Epistemology as First Politics: Afterword on Conservatism

A brief note on how to define conservatism in light of the last post’s discussion of the important role epistemology plays in forming political ideologies. How can we express conservatism’s uniqueness in terms of its epistemological distinctiveness?

I suggest we think of conservatism as comprised of two compatible but qualitatively unique traits: 1) an absolute commitment to certain metaphysical axioms and values that does not yield to subsequent empirical, consequentialist calculations; and 2) a conditional commitment to a body of economic, regulative and policy ideals motivated by those axioms and values that are, at least in theory, prone to empirical falsification.[1] It’s the former category of traits that distinguishes true conservatism, as the portion of empirically-falsifiable ideals are susceptible to constant revision and refutation in response to emerging data, and may be espoused by other ideologies inimical to conservatism’s metaphysical axioms. E.g., conservatives generally promote low taxation as a hallmark of their political sensibility. But if low taxation were empirically proven to be an ineffective means of generating wealth and prosperity, conservatives might plausibly reject it without violating their core beliefs. And low taxation is hardly unique to conservatism; other political ideologies advocate it. Low taxation is on this view a contingent feature of conservatism and not among its indispensable tenets. While low taxation appears consistent with the metaphysical commitments upon which true conservatism rests, our ability to extrapolate certain practical policies from those general principles is imperfect and therefore subject to correction.

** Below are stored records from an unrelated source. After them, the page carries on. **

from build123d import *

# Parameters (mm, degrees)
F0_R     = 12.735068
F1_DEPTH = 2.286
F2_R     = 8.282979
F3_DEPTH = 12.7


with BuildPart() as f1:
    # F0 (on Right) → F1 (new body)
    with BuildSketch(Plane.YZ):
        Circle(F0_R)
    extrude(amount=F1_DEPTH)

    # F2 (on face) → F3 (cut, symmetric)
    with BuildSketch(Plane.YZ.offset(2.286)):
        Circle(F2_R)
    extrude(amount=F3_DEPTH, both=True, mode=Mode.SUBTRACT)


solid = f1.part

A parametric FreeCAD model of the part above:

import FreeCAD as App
import Part
import Sketcher

V = App.Vector
Q = App.Units.Quantity

doc = App.newDocument("Part")
body = doc.addObject("PartDesign::Body", "Body")

# Sketch on YZ plane
sketch1 = doc.addObject("Sketcher::SketchObject", "Sketch")
body.addObject(sketch1)
sketch1.AttachmentSupport = (doc.YZ_Plane, [""])
sketch1.MapMode = "FlatFace"
sketch1.addGeometry(Part.Circle(V(0, 0, 0), V(0, 0, 1), 12.735068), False)
sketch1.addConstraint(Sketcher.Constraint("Coincident", 0, 3, -1, 1))
sketch1.addConstraint(Sketcher.Constraint("Diameter", 0, 25.470136))
pad1 = doc.addObject("PartDesign::Pad", "Pad")
body.addObject(pad1)
pad1.Profile = sketch1
pad1.Length = Q("0.09 in")

# Sketch on YZ plane
sketch2 = doc.addObject("Sketcher::SketchObject", "Sketch001")
body.addObject(sketch2)
sketch2.AttachmentSupport = (doc.YZ_Plane, [""])
sketch2.MapMode = "FlatFace"
sketch2.AttachmentOffset = App.Placement(V(0, 0, 0.09 * 25.4), App.Rotation())
sketch2.addGeometry(Part.Circle(V(0, 0, 0), V(0, 0, 1), 8.282979), False)
sketch2.addConstraint(Sketcher.Constraint("Coincident", 0, 3, -1, 1))
sketch2.addConstraint(Sketcher.Constraint("Diameter", 0, 16.565958))
pocket1 = doc.addObject("PartDesign::Pocket", "Pocket")
body.addObject(pocket1)
pocket1.Profile = sketch2
pocket1.Length = Q("1 in")
pocket1.Midplane = True

doc.recompute()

Conservatism, on this definition, is contrasted from its rivals by its employment of a different sort of epistemological justification. [Most] Progressives are wholly reliant upon empirical means of justifying their policy prescriptions, for they not only deny that other methods of confirmation are suitable for determining the fitness of competing political virtues, but they dispute the existence of a transcendent order that might necessitate the use of other such methods. Quantitative/pragmatic analysis is the only sort of criterion available to the progressive. Conservatives on the other hand are willing to appeal to quantitative data to bolster support for their contingent policy recommendations, but unlike progressives will also resort to other epistemological registers to validate their absolute adherence to what they view as timeless truths. These other registers admit of a priori reasoning and special revelation, both of which are the true sources of conservative axioms.

An interesting upshot of this definition of conservatism is that it renders those who adhere to the merely contingent set of conservative ideals but jettison its absolute axioms nominal conservatives. Such persons claim only those aspects of conservatism shared, at least theoretically, by other ideologies and do not endorse the irreducible essence of the political philosophy. This definition therefore establishes as a necessary condition of genuine conservatism a commitment to at least a priori reasoning and perhaps also religious revelation, and somewhat downplays the significance of seminal conservative figures such as Burke who, though a proponent of conservative ideals such as prudent restraint and fair taxation, does not necessarily express an absolute devotion to a body of a priori knowledge or religious truth.

Granting the usefulness and accuracy of such a description of conservatism, who left among the political elite may be called genuinely conservative?

 

[1] By subsequent, I mean any empirical evidence encountered after a conclusion has been reached on the validity of the governing metaphysical commitments anchoring conservatism. I’m not suggesting that the metaphysical commitments themselves are immune from empirical falsification. Only that, short of supplying evidence contradicting those metaphysical commitments, the influence of subsequent empirical data will be limited to the contingent aspects of conservative policy.